Dialogrunde Brustkrebs am 23. November 2015 in München

Eine Veranstaltung von Pfizer und Brustkrebs Deutschland e.V. in Kooperation mit Mamma Mia!Das Brustkrebsmagazin und der Ärzte Zeitung

Ansatzpunkte für bessere Versorgung

Im PresseClub München diskutierten Betroffene, Experten, Journalisten und Industrievertreter Ende November 2015 über Möglichkeiten, die Situation von Patientinnen mit metastasiertem Brustkrebs zu verbessern. Einigkeit herrschte darüber, dass die Öffentlichkeit besser für die spezifische Situation von Frauen mit metastasiertem Brustkrebs sensibilisiert werden sollte.

v.l.n.r. Dr. Daniel Kalanovic, Senior Direktor Medizin bei Pfizer Oncology, Eva Schumacher-Wulf, Herausgeberin von „Mamma Mia!“, Andrea von Grolman, Patientin, Wolfgang van den Bergh, Chefredakteur der Ärzte Zeitung, Prof. Dr. Nadia Harbeck, Leiterin des Brustzentrums und der Onkologischen Tagesklinik der Frauenklinik der Universität München, Renate Haidinger, 1. Vorsitzende des Vereins Brustkrebs Deutschland e.V., Dr. Johannes Ettl, Leiter der Gynäkologischen Tagesklinik der TU München im Klinikum rechts der Isar

Es sei wichtig, das weit verbreitete Unverständnis schrittweise abzubauen, betonte Eva Schumacher-Wulf, Herausgeberin des Brustkrebsmagazins „Mamma Mia!“.

Auch der Zugang zu qualitativ hochwertigen Informationen müsse verbessert werden. Ein erster Schritt wurde auch gleich unternommen: Der Chefredakteur der Ärzte Zeitung, Wolfgang van den Bergh, der die Veranstaltung moderierte, kündigte an, die Zusammenarbeit mit „Mamma Mia!“ künftig zu intensivieren.

In der Krebsforschung sieht Dr.
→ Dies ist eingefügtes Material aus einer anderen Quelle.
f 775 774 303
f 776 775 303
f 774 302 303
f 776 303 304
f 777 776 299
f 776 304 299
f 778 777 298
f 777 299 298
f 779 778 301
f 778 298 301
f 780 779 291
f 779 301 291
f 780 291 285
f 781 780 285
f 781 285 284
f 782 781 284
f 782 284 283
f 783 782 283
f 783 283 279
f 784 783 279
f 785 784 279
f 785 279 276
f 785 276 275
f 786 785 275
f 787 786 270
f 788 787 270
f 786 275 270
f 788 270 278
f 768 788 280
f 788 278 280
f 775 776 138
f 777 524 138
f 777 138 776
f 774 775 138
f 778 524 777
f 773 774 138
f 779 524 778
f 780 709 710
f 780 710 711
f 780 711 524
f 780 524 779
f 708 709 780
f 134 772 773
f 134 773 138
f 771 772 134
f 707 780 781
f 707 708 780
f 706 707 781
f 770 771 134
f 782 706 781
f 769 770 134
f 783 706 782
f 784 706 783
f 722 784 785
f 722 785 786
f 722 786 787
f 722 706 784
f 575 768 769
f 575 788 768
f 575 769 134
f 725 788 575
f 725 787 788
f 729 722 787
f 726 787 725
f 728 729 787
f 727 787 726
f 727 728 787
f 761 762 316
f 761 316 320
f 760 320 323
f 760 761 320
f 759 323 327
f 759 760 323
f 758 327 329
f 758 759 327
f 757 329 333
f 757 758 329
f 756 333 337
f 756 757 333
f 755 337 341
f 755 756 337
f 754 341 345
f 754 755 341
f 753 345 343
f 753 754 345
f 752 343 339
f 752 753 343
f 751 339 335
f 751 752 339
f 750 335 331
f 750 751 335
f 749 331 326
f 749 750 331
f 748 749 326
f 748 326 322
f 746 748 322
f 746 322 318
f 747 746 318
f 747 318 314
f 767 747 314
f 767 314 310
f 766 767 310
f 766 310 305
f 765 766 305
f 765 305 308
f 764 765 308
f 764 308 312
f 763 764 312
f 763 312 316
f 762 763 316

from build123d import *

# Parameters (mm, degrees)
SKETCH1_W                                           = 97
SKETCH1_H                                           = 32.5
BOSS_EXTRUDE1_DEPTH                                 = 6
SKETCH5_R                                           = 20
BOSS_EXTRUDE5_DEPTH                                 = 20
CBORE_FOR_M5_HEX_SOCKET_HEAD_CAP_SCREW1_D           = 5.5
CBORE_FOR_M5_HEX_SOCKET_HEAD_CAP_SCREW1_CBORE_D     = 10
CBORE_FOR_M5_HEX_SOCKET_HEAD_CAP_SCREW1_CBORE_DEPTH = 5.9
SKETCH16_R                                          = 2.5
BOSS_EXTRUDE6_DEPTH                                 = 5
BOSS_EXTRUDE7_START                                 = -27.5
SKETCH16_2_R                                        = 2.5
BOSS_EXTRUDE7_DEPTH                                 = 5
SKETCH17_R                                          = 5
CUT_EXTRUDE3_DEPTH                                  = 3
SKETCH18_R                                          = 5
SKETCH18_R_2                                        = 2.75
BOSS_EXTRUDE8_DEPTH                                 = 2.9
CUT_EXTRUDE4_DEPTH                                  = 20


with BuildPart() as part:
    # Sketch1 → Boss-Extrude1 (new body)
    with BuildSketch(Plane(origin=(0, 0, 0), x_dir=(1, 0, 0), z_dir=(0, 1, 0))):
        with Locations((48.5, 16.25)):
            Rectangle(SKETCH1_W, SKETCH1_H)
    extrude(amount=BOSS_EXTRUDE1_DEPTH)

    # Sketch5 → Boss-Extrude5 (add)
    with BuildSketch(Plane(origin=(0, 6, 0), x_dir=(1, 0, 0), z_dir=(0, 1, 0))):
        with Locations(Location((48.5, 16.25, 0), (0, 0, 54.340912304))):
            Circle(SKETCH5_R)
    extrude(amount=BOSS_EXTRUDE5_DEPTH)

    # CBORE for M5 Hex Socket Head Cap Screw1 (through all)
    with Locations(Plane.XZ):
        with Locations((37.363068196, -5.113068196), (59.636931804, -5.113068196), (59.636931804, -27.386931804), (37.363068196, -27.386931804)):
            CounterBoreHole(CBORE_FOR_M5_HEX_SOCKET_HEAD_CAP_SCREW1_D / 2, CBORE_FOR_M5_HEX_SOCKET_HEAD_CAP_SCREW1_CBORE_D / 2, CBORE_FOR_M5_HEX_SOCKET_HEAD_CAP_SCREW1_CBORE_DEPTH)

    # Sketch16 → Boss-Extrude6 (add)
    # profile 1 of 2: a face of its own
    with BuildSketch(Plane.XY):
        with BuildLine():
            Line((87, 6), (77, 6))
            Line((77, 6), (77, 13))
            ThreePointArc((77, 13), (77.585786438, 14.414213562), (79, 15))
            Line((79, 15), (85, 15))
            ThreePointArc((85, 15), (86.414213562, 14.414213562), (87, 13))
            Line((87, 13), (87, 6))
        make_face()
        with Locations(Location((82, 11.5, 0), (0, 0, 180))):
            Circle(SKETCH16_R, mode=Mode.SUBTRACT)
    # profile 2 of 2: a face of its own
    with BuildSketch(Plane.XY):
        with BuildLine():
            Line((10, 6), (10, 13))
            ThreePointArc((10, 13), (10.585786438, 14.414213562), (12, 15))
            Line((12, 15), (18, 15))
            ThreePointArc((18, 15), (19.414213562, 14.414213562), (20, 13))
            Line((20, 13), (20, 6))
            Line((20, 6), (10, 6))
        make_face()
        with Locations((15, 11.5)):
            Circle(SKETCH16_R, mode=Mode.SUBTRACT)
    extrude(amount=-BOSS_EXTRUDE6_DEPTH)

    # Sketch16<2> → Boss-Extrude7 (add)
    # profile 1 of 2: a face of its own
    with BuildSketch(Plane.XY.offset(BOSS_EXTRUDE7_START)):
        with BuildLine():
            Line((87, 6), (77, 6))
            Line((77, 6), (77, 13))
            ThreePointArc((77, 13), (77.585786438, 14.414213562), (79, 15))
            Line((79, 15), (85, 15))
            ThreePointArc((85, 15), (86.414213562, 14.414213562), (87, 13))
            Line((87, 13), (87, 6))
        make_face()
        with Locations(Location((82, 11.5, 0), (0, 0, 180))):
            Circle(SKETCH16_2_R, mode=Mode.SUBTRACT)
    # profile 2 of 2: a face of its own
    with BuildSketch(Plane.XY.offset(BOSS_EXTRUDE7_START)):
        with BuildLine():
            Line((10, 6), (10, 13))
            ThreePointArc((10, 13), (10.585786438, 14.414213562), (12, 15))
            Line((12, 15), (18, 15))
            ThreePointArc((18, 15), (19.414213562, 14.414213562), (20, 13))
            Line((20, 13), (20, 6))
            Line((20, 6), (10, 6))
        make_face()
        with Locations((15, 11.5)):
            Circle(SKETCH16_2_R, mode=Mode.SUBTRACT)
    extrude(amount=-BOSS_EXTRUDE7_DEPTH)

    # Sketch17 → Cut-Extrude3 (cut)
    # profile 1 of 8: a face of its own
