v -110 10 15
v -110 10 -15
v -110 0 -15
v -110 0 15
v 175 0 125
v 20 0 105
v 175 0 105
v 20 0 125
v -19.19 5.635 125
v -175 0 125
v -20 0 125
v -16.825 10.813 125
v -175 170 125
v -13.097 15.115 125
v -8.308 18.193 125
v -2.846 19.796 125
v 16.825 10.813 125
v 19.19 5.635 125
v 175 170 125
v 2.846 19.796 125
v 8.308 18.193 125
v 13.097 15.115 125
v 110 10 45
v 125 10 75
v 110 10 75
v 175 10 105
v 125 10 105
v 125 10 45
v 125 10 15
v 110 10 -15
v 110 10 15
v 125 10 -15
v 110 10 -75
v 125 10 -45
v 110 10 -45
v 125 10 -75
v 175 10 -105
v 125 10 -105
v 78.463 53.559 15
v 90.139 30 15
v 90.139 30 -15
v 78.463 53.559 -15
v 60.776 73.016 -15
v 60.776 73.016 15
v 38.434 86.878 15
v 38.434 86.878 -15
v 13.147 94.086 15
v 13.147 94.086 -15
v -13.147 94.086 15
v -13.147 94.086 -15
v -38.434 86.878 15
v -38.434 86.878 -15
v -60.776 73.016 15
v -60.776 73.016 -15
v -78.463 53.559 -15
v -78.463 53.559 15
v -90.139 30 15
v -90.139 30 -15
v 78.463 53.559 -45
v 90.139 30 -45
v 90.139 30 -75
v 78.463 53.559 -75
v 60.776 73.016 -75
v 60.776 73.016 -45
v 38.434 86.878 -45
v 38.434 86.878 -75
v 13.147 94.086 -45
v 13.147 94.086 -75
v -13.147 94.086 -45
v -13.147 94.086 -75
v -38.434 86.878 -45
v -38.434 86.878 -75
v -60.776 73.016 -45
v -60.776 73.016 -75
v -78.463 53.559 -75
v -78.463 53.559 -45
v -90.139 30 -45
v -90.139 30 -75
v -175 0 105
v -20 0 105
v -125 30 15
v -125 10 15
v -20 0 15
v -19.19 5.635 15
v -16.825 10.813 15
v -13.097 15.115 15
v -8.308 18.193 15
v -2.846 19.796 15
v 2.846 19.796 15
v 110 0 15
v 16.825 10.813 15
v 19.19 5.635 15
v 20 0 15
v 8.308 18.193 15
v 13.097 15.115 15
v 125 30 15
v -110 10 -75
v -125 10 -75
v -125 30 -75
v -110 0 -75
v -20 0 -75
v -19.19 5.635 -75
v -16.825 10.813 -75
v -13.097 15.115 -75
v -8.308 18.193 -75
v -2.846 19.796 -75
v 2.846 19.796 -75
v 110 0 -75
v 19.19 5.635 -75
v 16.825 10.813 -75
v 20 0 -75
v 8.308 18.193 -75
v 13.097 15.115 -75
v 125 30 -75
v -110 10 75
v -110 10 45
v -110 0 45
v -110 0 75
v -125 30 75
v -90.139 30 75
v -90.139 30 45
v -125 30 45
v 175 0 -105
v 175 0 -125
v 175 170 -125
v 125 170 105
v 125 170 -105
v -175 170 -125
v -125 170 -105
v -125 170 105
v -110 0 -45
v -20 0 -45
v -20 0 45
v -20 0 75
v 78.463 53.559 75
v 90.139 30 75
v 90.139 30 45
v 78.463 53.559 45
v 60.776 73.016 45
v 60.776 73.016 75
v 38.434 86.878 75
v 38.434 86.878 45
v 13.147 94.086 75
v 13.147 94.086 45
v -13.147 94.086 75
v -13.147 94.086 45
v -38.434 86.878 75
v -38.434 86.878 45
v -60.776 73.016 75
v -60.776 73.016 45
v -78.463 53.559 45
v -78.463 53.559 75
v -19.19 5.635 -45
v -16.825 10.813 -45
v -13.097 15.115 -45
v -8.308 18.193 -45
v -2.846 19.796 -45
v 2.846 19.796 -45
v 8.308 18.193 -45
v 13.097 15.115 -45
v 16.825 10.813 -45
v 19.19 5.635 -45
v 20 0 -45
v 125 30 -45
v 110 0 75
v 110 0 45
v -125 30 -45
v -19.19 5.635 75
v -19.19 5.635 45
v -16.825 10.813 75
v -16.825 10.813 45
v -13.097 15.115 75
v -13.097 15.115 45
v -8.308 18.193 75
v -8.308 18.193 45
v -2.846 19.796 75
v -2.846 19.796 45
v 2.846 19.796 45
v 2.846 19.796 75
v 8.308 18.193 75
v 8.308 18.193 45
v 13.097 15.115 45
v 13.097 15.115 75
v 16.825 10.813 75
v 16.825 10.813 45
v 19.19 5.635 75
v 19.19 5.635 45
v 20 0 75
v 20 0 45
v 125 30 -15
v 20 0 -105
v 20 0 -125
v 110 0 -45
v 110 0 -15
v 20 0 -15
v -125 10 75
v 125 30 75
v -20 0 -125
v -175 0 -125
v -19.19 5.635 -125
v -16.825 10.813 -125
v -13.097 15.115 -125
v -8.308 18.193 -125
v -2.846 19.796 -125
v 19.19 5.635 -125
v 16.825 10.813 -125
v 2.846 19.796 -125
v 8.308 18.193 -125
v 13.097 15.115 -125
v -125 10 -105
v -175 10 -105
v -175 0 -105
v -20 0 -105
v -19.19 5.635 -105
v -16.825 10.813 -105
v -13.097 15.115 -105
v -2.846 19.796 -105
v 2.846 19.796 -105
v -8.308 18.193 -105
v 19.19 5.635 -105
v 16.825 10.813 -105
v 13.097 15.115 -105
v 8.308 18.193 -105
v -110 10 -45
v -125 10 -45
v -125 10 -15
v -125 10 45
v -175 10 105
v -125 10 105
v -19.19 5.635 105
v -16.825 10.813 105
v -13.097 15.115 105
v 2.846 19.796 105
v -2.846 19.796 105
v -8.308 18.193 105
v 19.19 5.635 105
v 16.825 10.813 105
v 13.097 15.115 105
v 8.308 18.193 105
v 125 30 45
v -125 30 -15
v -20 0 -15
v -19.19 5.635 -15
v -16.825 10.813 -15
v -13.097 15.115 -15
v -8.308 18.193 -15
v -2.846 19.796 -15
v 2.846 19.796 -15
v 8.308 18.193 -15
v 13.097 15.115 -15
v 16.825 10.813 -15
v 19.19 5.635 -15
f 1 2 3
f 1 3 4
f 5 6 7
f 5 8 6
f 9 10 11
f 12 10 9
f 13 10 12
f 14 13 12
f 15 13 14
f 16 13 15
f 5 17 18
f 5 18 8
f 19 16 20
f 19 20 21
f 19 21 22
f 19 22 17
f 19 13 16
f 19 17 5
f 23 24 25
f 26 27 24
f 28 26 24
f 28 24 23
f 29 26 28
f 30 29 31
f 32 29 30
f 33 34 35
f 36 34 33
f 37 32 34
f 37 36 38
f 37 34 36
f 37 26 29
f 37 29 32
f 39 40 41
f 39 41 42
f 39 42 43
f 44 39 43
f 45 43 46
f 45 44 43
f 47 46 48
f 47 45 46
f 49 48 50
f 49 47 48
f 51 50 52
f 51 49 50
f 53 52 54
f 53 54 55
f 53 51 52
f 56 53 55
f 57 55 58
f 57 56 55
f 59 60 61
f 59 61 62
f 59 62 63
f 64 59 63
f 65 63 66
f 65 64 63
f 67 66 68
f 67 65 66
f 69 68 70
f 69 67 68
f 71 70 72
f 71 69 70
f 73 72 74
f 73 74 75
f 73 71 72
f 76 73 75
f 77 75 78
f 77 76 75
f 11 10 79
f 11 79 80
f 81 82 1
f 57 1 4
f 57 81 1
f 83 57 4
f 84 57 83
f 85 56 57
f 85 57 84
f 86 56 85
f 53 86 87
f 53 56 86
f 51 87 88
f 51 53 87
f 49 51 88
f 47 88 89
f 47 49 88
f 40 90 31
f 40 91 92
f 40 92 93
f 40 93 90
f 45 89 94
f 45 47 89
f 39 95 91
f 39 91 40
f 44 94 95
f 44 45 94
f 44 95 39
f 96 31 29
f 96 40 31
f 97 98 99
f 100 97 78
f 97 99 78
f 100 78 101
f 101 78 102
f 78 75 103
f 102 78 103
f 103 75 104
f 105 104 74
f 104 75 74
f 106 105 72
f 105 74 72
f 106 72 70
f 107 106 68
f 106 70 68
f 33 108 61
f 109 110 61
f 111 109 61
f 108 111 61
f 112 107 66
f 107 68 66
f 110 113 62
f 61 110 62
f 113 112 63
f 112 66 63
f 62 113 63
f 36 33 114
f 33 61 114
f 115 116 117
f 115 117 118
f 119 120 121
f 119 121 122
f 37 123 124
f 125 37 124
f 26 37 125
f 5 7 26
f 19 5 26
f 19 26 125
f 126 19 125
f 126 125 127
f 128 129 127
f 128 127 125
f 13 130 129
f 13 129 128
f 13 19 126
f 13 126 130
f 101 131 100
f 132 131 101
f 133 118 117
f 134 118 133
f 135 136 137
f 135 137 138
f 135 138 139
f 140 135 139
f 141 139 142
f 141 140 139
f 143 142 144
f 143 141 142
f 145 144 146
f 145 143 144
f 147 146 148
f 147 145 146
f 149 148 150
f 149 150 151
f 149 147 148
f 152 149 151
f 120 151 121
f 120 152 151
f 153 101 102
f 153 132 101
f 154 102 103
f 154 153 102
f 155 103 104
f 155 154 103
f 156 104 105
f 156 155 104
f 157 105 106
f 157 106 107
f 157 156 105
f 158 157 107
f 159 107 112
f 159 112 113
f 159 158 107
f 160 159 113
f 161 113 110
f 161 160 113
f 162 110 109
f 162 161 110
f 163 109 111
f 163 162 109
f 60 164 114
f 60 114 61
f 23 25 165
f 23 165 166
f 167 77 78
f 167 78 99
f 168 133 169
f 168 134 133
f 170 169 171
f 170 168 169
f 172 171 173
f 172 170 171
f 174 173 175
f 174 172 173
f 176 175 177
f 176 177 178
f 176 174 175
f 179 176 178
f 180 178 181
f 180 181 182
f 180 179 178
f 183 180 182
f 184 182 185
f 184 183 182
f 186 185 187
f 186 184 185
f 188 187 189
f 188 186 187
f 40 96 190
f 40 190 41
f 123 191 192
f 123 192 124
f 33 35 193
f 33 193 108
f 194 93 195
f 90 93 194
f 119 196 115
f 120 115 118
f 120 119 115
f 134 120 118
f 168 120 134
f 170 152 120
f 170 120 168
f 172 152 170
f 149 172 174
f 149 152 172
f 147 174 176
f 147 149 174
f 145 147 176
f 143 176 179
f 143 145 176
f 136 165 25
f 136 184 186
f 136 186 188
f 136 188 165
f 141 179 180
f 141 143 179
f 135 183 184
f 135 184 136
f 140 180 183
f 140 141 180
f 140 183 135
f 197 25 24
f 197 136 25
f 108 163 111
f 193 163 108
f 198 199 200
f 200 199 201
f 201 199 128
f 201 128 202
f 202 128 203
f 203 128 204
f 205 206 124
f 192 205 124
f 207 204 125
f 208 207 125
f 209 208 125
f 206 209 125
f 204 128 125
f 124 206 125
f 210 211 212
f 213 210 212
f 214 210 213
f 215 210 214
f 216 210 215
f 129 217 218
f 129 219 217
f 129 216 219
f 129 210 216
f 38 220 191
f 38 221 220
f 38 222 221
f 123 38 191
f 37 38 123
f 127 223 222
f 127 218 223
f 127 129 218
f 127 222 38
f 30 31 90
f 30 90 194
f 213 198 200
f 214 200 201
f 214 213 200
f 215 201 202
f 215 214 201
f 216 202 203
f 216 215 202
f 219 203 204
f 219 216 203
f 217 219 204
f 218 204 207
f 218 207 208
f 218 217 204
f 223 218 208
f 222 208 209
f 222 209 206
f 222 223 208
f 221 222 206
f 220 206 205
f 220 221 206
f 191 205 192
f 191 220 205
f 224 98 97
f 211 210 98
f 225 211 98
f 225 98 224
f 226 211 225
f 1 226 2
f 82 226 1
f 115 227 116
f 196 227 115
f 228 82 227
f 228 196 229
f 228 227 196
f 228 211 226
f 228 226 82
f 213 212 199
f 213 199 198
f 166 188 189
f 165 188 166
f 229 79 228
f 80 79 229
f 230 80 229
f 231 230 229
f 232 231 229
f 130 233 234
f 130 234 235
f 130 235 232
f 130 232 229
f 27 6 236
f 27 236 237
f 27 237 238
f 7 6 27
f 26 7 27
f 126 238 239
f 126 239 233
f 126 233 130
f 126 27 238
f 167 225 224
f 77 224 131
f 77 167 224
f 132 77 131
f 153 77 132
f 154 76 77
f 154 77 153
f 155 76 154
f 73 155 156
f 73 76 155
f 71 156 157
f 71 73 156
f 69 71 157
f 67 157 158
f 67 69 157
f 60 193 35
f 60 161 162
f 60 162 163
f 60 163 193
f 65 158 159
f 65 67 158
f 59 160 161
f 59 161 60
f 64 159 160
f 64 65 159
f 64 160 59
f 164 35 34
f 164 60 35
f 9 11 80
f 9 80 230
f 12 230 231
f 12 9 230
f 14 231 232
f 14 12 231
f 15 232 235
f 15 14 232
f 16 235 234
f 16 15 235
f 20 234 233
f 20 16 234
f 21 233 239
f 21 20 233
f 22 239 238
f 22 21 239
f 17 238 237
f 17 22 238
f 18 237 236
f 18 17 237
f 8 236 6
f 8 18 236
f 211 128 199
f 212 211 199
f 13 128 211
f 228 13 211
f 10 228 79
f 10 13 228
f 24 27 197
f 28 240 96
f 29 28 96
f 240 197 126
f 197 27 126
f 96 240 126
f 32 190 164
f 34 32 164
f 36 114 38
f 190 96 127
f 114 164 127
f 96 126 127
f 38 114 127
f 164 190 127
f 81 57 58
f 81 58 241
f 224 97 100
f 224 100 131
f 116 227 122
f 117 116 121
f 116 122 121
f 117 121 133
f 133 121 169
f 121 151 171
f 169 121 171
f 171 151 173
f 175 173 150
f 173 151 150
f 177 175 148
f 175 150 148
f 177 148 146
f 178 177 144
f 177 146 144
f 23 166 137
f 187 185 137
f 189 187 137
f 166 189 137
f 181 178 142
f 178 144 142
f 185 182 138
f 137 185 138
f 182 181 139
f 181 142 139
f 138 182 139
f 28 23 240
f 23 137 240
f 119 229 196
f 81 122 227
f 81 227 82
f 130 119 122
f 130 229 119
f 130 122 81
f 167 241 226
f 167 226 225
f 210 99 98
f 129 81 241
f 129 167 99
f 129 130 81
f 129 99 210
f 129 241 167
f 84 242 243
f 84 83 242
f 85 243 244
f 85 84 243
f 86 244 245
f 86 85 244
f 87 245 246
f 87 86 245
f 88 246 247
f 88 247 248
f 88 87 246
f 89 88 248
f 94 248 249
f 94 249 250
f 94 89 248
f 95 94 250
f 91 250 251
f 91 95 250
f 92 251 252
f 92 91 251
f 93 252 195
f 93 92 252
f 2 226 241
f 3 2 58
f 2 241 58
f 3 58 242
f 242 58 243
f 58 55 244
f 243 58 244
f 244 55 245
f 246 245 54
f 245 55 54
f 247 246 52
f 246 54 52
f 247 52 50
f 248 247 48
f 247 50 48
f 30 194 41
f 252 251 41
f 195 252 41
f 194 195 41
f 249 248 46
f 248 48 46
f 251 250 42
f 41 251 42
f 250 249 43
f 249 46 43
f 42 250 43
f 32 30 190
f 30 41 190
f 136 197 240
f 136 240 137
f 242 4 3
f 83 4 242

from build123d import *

# Parameters (mm, degrees)
BOSS_EXTRUDE1_DEPTH = 125
SKETCH4_W           = 250
SKETCH4_H           = 210
CUT_EXTRUDE2_DEPTH  = 250
BOSS_EXTRUDE2_DEPTH = 15
LPATTERN1_COUNT     = 2
LPATTERN1_PITCH     = 60
LPATTERN1_COL_COUNT = 2
LPATTERN1_COL_PITCH = 60
SKETCH5_W           = 210
SKETCH5_H           = 10
CUT_EXTRUDE3_DEPTH  = 65
SKETCH6_W           = 210
SKETCH6_H           = 10
CUT_EXTRUDE4_DEPTH  = 65


with BuildPart() as part:
    # Sketch1 → Boss-Extrude1 (new, symmetric)
    with BuildSketch(Plane.XY):
        with BuildLine():
            Line((20, 0), (125, 0))
            Line((125, 0), (175, 0))
            Line((175, 0), (175, 170))
            Line((175, 170), (-175, 170))
            Line((-175, 170), (-175, 0))
            Line((-175, 0), (-125, 0))
            Line((-125, 0), (-20, 0))
            ThreePointArc((-20, 0), (0, 20), (20, 0))
        make_face()
    extrude(amount=BOSS_EXTRUDE1_DEPTH, both=True)

    # Sketch4 → Cut-Extrude2 (cut)
    with BuildSketch(Plane(origin=(0, 170, 0), x_dir=(1, 0, 0), z_dir=(0, 1, 0))):
        Rectangle(SKETCH4_W, SKETCH4_H)
    extrude(amount=-CUT_EXTRUDE2_DEPTH, mode=Mode.SUBTRACT)

    # Sketch3 → Boss-Extrude2 (add, symmetric)
    with BuildSketch(Plane.XY):
        with BuildLine():
            Line((125, 0), (125, 30))
            Line((125, 30), (90.138781887, 30))
            ThreePointArc((90.138781887, 30), (0, 95), (-90.138781887, 30))
            Line((-90.138781887, 30), (-125, 30))
            Line((-125, 30), (-125, 0))
            Line((-125, 0), (-20, 0))
            ThreePointArc((-20, 0), (0, 20), (20, 0))
            Line((20, 0), (125, 0))
        make_face()
    boss_extrude2 = extrude(amount=BOSS_EXTRUDE2_DEPTH, both=True)

    # LPattern1: Boss-Extrude2 ×2
    with Locations(*[(0, 0, i * LPATTERN1_PITCH) for i in range(1, LPATTERN1_COUNT)]):
        add(boss_extrude2)

    # LPattern1 col: Boss-Extrude2 ×2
Daniel Kalanovic, Senior Direktor Medizin bei Pfizer Oncology, weiterhin großen Bedarf für die Entwicklung neuer Behandlungsmöglichkeiten, die den spezifischen Bedürfnissen von metastasierten Patientinnen entgegenkommen. „Wir arbeiten eng mit Ärzten und Patienten zusammen und konzipieren gemeinsam Studien, in denen wir therapeutischen Fortschritt und wirklichen, spürbaren Patientennutzen belegen können.“

Ebenfalls auf medizinisch-fachlicher Ebene plädierte Dr. Johannes Ettl, Leiter der gynäkologischen Tagesklinik der TU München im Klinikum rechts der Isar, für eine stärkere Beachtung des metastasierten Brustkrebses innerhalb der Brustkrebszentren.

Weitere Qualitätsparameter gefordert

Zwar gebe es genug Brustkrebszentren, nicht alle seien aber auf metastasierte Patientinnen optimal eingestellt: „Ich denke, die Fachgesellschaften sollten für den fortgeschrittenen Brustkrebs mehr Qualitätsparameter definieren, die bei der Zertifizierung abgefragt werden können. Bisher beziehen sich 98 Prozent der Qualitätskriterien auf den frühen Brustkrebs.“

Eva Schumacher-Wulf erinnerte in diesem Zusammenhang auch an Defizite bei psychoonkologischen Angeboten: „Kassenpatienten warten in ländlichen Regionen teilweise sechs bis neun Monate auf einen Psychoonkologen, und es gibt Gegenden, in denen gibt es überhaupt keine Psychoonkologen mit Kassenzulassung. Das kann nicht sein.“

Zeitbedarf ist deutlich höher

Auf Versorgungsebene schließlich muss es darum gehen, Strukturen und Vergütungssysteme so zu gestalten, dass eine moderne, individualisierte Therapie auch in der Praxis umsetzbar wird. So ist bei den neuen, oft oralen Therapien der Zeitbedarf für das Arzt-Patienten-Gespräch deutlich höher als bei intravenösen Chemotherapien. „Das sollte sich auch in einer entsprechenden Vergütung der sprechenden Medizin niederschlagen“ so Ettl.

Aus Patientensicht seien außerdem konstante Ansprechpartner wünschenswert, betonte Renate Haidinger. Es komme noch zu oft zu Überweisungen aus versorgungspolitischen Gründen. Abhilfe schaffen könnte die neue ambulante, spezialfachärztliche Versorgung (ASV), bei der zumindest in der Onkologie Krankenhäuser und niedergelassene Ärzte miteinander arbeiten. Ob dieses Modell funktioniert, muss sich zeigen.